EXERCISE OBJECTIVE: Print nothing but the lines below starting at the line that holds "f 451 450 196" and ending at the line that holds "v 59.391 -3.192 0", including both, each exactly as written.

INFORMATION SHOWN:
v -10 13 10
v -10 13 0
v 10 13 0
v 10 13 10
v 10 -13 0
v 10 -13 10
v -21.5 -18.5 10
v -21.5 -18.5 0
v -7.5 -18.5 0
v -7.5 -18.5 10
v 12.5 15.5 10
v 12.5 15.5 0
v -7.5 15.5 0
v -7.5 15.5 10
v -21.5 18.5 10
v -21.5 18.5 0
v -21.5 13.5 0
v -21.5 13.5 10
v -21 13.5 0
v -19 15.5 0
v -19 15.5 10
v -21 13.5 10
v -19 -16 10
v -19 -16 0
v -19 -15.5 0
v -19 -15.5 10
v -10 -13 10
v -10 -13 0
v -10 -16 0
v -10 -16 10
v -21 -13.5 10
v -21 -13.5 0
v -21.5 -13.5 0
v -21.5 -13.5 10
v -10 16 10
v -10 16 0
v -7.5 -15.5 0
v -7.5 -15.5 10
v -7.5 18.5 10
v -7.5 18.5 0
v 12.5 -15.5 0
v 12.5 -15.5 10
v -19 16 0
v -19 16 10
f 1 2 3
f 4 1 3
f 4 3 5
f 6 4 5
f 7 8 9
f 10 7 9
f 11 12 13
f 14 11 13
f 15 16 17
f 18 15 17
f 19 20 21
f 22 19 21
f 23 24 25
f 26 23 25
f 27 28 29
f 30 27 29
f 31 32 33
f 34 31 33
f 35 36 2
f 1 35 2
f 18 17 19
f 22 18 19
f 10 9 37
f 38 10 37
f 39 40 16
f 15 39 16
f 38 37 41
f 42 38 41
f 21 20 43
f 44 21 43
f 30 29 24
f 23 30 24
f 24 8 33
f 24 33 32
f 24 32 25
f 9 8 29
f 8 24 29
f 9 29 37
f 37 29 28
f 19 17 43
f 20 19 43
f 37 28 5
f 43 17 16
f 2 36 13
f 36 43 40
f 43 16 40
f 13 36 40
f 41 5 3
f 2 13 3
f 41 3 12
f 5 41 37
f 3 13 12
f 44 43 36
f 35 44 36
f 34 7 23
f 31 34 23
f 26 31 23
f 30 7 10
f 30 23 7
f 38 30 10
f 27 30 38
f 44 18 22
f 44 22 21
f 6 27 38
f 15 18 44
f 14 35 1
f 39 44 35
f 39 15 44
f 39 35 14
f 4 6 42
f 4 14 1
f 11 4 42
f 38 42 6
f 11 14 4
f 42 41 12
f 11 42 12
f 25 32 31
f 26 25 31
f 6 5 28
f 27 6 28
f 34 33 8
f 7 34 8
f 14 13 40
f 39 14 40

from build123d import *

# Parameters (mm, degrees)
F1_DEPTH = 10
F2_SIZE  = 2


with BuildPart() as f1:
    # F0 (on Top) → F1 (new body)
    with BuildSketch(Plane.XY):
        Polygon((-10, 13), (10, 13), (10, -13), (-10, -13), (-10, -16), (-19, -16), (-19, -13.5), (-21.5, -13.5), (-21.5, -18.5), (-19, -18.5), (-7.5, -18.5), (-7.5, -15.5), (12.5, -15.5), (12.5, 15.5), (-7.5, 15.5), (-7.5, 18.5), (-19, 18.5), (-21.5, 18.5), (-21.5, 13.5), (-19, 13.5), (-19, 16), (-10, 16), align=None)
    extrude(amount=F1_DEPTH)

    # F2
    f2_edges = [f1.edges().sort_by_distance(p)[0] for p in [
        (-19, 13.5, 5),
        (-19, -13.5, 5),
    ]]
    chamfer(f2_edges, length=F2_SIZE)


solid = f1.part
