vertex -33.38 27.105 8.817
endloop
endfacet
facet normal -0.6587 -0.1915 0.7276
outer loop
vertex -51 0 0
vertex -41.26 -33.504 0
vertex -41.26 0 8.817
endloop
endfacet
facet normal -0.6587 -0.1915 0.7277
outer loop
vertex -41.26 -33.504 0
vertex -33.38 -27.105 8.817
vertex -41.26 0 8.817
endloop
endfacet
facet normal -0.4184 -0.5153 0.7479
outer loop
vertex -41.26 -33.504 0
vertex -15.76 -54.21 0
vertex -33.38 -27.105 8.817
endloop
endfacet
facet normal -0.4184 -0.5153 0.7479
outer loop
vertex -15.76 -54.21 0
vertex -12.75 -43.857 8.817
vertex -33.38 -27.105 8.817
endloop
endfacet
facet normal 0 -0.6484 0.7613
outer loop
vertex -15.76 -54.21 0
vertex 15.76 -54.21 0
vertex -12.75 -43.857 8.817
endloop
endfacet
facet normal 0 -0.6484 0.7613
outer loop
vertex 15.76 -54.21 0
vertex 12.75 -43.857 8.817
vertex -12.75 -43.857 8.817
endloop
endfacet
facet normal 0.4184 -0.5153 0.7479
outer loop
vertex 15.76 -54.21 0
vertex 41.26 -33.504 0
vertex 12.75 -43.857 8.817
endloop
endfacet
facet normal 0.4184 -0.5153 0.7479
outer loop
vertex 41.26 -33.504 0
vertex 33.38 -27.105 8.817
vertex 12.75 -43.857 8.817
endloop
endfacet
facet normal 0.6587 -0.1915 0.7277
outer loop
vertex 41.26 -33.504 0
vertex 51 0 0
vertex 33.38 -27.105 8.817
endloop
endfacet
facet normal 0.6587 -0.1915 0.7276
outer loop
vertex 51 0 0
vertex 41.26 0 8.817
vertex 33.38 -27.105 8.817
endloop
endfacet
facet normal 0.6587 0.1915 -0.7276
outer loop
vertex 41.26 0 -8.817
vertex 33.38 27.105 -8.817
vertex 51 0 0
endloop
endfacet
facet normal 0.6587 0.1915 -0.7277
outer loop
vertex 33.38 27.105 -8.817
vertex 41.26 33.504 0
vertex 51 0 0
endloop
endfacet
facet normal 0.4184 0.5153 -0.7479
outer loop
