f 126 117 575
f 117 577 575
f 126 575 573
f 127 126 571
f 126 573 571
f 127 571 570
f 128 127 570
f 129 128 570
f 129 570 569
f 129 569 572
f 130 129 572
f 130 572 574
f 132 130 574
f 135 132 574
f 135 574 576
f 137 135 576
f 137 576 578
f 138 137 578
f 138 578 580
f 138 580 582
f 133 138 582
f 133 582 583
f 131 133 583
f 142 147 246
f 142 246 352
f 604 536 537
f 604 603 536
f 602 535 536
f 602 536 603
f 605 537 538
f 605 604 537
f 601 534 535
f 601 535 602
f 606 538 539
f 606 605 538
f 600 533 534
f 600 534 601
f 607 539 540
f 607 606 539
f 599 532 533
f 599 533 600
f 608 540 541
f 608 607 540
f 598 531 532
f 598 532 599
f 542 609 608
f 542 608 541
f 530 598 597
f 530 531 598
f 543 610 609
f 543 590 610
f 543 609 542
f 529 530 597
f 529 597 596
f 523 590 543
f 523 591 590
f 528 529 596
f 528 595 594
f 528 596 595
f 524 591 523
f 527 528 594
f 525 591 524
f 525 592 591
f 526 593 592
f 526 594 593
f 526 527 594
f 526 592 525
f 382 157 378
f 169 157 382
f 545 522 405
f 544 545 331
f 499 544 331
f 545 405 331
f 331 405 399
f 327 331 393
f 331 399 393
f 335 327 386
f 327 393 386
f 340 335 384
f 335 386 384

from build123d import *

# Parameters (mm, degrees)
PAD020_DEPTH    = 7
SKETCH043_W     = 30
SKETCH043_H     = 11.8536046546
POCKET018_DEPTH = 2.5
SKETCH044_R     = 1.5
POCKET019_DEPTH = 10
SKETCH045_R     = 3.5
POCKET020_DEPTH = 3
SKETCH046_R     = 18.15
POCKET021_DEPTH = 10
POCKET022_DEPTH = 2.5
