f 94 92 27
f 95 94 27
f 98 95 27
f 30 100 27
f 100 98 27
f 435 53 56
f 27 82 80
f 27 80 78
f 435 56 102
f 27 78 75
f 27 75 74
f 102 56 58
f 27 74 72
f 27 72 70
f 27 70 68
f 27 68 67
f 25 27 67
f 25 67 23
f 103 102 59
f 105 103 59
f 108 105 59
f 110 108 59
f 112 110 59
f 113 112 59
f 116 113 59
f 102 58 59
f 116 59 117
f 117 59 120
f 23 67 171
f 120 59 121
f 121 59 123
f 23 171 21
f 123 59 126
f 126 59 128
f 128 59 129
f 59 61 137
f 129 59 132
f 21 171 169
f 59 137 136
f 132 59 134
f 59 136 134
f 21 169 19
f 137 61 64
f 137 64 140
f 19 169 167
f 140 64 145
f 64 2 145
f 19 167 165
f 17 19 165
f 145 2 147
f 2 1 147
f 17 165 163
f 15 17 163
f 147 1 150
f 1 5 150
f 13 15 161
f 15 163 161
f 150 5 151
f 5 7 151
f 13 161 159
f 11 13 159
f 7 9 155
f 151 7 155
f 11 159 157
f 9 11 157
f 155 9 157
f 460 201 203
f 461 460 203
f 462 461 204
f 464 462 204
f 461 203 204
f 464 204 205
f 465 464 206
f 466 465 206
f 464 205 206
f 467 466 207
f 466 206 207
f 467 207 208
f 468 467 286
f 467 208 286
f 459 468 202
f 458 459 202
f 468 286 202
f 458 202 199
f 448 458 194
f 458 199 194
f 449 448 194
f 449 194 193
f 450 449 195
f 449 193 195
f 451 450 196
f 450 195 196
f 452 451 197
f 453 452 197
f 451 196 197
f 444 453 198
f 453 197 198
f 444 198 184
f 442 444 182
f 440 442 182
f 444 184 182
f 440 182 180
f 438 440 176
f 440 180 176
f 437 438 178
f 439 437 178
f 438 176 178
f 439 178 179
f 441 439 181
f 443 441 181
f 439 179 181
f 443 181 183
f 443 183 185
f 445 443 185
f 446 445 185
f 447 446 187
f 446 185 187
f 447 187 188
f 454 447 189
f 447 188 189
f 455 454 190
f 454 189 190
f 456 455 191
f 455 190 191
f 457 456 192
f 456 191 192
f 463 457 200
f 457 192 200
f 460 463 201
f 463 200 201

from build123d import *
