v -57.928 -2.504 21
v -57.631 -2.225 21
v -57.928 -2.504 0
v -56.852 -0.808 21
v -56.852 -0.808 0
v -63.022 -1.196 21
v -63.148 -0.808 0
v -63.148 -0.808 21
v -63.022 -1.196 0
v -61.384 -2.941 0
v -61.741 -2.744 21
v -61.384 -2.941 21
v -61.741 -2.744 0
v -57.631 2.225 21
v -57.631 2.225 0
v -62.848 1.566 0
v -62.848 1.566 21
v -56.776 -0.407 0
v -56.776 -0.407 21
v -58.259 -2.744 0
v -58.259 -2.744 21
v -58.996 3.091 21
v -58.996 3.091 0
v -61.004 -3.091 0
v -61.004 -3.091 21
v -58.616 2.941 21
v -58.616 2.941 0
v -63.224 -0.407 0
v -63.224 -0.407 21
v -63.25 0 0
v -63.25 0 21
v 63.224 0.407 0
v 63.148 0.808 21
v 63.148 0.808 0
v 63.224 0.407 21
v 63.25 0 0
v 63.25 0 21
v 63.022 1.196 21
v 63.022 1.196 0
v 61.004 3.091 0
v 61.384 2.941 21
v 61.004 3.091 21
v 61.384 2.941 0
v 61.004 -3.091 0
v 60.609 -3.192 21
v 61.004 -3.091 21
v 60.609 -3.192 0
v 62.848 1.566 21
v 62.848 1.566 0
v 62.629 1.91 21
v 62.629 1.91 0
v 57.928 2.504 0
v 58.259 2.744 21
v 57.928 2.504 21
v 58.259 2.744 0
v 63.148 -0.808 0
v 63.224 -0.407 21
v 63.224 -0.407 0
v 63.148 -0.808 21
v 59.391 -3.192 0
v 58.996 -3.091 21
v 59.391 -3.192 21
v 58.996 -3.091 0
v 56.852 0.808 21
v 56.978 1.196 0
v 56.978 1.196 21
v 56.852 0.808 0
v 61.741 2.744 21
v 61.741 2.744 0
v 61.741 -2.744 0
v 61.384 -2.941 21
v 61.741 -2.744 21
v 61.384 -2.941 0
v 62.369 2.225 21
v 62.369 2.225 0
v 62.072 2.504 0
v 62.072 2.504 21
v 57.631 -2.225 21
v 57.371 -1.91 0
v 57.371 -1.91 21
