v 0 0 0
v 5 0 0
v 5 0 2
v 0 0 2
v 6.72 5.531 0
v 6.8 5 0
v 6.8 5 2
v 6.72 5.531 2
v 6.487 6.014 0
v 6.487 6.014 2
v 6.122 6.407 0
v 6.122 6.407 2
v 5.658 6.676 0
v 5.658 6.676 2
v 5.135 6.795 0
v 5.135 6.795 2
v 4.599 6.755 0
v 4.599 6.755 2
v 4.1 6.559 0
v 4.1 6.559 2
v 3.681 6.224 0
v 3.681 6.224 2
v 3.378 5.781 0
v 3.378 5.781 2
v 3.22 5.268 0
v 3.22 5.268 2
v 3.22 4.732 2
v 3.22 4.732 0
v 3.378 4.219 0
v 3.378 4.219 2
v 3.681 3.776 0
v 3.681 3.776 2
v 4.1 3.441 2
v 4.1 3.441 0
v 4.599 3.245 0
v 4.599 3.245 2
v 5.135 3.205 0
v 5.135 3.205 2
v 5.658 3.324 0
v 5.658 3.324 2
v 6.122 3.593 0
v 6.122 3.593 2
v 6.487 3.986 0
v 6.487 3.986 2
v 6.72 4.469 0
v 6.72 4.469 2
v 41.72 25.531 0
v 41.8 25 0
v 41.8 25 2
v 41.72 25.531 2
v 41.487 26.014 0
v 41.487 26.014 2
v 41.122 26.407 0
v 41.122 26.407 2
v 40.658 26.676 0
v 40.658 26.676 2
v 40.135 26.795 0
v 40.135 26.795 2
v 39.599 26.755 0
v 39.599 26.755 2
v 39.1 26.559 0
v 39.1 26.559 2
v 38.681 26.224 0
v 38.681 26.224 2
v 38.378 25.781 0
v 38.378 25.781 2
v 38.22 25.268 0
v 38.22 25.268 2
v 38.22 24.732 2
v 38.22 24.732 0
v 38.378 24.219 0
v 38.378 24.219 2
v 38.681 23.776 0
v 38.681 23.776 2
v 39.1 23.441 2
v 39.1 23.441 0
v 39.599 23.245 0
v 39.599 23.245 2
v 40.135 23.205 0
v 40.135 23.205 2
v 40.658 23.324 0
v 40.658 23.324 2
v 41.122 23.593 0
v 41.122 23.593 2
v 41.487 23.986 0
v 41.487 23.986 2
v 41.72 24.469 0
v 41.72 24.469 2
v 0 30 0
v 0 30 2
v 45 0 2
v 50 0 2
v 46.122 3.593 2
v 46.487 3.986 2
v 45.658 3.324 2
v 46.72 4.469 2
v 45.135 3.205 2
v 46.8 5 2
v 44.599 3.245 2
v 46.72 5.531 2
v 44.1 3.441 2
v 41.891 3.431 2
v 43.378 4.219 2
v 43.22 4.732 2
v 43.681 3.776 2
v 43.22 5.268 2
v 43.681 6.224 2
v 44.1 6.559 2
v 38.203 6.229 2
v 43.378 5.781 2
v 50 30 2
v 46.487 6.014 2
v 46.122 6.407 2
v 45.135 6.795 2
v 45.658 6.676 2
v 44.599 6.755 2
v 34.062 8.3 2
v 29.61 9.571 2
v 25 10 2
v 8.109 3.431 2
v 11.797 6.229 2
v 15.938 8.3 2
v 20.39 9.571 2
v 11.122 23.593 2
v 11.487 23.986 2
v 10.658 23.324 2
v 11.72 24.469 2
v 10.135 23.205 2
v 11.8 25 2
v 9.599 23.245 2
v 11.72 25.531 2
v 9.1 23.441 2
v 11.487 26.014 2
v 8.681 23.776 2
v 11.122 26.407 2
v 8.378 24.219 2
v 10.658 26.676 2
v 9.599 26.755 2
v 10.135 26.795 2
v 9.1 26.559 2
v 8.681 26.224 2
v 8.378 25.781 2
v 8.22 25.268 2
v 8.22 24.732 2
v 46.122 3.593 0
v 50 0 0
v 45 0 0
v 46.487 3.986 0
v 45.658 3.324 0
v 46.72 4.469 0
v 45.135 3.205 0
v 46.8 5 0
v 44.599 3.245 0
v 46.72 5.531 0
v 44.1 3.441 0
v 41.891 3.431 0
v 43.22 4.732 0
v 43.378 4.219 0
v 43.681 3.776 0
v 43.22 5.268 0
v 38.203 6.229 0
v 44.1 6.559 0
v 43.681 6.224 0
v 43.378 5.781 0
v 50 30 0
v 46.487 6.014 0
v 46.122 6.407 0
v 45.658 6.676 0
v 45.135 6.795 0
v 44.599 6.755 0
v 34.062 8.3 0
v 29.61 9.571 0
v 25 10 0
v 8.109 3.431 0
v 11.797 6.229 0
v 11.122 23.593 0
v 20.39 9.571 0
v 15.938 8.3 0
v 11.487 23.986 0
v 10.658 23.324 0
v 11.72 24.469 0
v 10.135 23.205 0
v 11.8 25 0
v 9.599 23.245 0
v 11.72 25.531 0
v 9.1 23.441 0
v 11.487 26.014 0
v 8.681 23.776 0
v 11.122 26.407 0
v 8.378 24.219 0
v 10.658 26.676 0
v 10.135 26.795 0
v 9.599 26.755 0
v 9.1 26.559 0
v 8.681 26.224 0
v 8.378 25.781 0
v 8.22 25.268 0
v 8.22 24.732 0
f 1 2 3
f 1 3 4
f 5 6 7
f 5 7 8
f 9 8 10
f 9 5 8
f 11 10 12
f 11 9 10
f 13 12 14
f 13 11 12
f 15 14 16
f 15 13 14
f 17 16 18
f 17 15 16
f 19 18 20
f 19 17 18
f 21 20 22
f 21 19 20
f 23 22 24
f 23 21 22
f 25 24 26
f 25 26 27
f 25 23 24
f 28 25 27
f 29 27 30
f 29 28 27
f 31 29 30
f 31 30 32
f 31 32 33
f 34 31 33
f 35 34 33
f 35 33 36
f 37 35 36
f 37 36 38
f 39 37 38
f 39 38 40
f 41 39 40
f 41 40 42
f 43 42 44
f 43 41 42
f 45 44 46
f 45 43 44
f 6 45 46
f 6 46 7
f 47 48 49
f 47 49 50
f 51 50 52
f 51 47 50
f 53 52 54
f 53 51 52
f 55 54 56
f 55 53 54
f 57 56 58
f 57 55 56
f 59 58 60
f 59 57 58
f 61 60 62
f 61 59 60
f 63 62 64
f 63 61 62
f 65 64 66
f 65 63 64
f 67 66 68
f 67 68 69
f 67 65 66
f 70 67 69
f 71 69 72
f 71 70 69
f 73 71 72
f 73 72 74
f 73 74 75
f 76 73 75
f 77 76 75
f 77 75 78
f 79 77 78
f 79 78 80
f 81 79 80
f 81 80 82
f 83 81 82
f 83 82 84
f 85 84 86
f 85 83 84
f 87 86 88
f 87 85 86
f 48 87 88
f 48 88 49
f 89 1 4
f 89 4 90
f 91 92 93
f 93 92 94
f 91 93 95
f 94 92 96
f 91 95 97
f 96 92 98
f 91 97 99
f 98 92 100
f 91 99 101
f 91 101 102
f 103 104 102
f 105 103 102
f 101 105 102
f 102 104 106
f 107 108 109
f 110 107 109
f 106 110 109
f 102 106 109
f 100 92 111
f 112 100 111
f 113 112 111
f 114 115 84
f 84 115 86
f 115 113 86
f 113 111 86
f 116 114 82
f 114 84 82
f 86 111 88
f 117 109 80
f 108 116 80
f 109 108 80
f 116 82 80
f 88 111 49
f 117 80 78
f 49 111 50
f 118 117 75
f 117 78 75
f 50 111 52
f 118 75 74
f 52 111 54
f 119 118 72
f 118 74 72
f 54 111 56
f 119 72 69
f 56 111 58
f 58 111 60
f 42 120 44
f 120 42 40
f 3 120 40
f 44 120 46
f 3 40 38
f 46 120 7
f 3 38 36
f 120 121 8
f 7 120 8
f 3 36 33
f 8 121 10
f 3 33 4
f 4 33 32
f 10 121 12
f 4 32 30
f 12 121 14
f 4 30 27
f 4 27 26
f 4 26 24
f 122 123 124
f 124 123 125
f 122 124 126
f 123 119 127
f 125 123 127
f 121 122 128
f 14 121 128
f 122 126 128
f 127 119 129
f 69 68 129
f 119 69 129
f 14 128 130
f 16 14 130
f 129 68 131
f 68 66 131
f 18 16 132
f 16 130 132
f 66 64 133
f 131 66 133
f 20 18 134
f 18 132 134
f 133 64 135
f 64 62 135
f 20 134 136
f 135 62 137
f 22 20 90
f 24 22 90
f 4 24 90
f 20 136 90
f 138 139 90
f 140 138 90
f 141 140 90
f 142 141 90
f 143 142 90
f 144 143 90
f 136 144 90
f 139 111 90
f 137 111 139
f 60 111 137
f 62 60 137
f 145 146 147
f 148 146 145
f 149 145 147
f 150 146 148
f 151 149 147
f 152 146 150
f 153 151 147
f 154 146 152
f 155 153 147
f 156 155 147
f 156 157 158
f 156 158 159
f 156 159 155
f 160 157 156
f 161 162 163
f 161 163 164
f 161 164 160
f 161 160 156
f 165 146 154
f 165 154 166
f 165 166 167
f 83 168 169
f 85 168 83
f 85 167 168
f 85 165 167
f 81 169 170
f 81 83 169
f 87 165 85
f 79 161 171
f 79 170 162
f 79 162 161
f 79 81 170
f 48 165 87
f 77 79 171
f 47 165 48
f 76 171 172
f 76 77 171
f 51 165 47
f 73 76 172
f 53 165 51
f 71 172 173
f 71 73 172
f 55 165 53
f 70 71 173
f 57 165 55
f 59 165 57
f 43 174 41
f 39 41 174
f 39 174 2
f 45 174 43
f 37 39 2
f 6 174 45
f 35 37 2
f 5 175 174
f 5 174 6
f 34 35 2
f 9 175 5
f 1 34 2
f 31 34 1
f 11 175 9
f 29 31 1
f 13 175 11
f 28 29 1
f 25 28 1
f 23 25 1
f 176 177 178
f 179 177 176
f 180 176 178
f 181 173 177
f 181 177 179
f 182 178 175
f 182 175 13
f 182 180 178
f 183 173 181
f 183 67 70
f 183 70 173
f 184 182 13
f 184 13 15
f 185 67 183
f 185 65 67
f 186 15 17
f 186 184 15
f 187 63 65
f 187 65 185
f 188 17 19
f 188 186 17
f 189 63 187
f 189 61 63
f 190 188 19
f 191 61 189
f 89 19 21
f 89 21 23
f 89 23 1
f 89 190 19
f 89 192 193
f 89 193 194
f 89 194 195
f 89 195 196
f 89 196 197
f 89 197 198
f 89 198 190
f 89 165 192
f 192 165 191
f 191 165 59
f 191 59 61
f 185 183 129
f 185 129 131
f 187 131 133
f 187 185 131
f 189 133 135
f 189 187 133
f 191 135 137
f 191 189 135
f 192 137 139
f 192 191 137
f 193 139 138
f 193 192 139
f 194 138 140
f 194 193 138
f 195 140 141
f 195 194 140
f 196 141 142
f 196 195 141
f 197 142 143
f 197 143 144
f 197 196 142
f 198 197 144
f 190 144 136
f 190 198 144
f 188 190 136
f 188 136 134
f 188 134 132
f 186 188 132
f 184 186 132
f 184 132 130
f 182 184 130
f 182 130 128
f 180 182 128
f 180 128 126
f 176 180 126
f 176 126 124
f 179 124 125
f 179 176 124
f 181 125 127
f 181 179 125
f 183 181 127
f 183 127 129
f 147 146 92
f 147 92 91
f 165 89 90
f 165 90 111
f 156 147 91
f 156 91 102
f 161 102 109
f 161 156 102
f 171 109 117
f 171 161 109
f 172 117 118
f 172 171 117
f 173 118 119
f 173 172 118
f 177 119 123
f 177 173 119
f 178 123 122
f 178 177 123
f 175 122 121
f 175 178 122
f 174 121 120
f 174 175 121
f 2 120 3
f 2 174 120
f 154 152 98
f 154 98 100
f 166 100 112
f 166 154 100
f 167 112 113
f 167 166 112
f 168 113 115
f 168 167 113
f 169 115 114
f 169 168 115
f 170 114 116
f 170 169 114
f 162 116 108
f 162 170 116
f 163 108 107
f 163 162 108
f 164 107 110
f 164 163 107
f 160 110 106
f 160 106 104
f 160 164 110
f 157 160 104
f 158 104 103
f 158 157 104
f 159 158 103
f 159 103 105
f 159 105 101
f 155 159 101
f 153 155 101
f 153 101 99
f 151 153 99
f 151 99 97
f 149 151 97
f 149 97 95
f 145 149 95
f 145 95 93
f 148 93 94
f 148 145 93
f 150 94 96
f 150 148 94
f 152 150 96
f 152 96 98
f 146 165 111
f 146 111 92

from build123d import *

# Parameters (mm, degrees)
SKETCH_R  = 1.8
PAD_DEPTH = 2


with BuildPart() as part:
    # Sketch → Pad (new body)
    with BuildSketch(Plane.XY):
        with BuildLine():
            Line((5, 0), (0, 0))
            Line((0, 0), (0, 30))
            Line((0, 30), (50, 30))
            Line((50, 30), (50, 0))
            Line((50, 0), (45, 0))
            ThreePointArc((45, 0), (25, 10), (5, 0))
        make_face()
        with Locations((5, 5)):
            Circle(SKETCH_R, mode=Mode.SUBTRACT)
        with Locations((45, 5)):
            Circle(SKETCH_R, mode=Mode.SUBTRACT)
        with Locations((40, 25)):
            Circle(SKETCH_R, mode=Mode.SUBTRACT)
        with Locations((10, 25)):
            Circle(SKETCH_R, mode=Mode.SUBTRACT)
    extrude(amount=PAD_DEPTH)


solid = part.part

WRITTEN ANSWER:
f 451 450 196
f 450 195 196
f 452 451 197
f 453 452 197
f 451 196 197
f 444 453 198
f 453 197 198
f 444 198 184
f 442 444 182
f 440 442 182
f 444 184 182
f 440 182 180
f 438 440 176
f 440 180 176
f 437 438 178
f 439 437 178
f 438 176 178
f 439 178 179
f 441 439 181
f 443 441 181
f 439 179 181
f 443 181 183
f 443 183 185
f 445 443 185
f 446 445 185
f 447 446 187
f 446 185 187
f 447 187 188
f 454 447 189
f 447 188 189
f 455 454 190
f 454 189 190
f 456 455 191
f 455 190 191
f 457 456 192
f 456 191 192
f 463 457 200
f 457 192 200
f 460 463 201
f 463 200 201

from build123d import *
v -57.928 -2.504 21
v -57.631 -2.225 21
v -57.928 -2.504 0
v -56.852 -0.808 21
v -56.852 -0.808 0
v -63.022 -1.196 21
v -63.148 -0.808 0
v -63.148 -0.808 21
v -63.022 -1.196 0
v -61.384 -2.941 0
v -61.741 -2.744 21
v -61.384 -2.941 21
v -61.741 -2.744 0
v -57.631 2.225 21
v -57.631 2.225 0
v -62.848 1.566 0
v -62.848 1.566 21
v -56.776 -0.407 0
v -56.776 -0.407 21
v -58.259 -2.744 0
v -58.259 -2.744 21
v -58.996 3.091 21
v -58.996 3.091 0
v -61.004 -3.091 0
v -61.004 -3.091 21
v -58.616 2.941 21
v -58.616 2.941 0
v -63.224 -0.407 0
v -63.224 -0.407 21
v -63.25 0 0
v -63.25 0 21
v 63.224 0.407 0
v 63.148 0.808 21
v 63.148 0.808 0
v 63.224 0.407 21
v 63.25 0 0
v 63.25 0 21
v 63.022 1.196 21
v 63.022 1.196 0
v 61.004 3.091 0
v 61.384 2.941 21
v 61.004 3.091 21
v 61.384 2.941 0
v 61.004 -3.091 0
v 60.609 -3.192 21
v 61.004 -3.091 21
v 60.609 -3.192 0
v 62.848 1.566 21
v 62.848 1.566 0
v 62.629 1.91 21
v 62.629 1.91 0
v 57.928 2.504 0
v 58.259 2.744 21
v 57.928 2.504 21
v 58.259 2.744 0
v 63.148 -0.808 0
v 63.224 -0.407 21
v 63.224 -0.407 0
v 63.148 -0.808 21
v 59.391 -3.192 0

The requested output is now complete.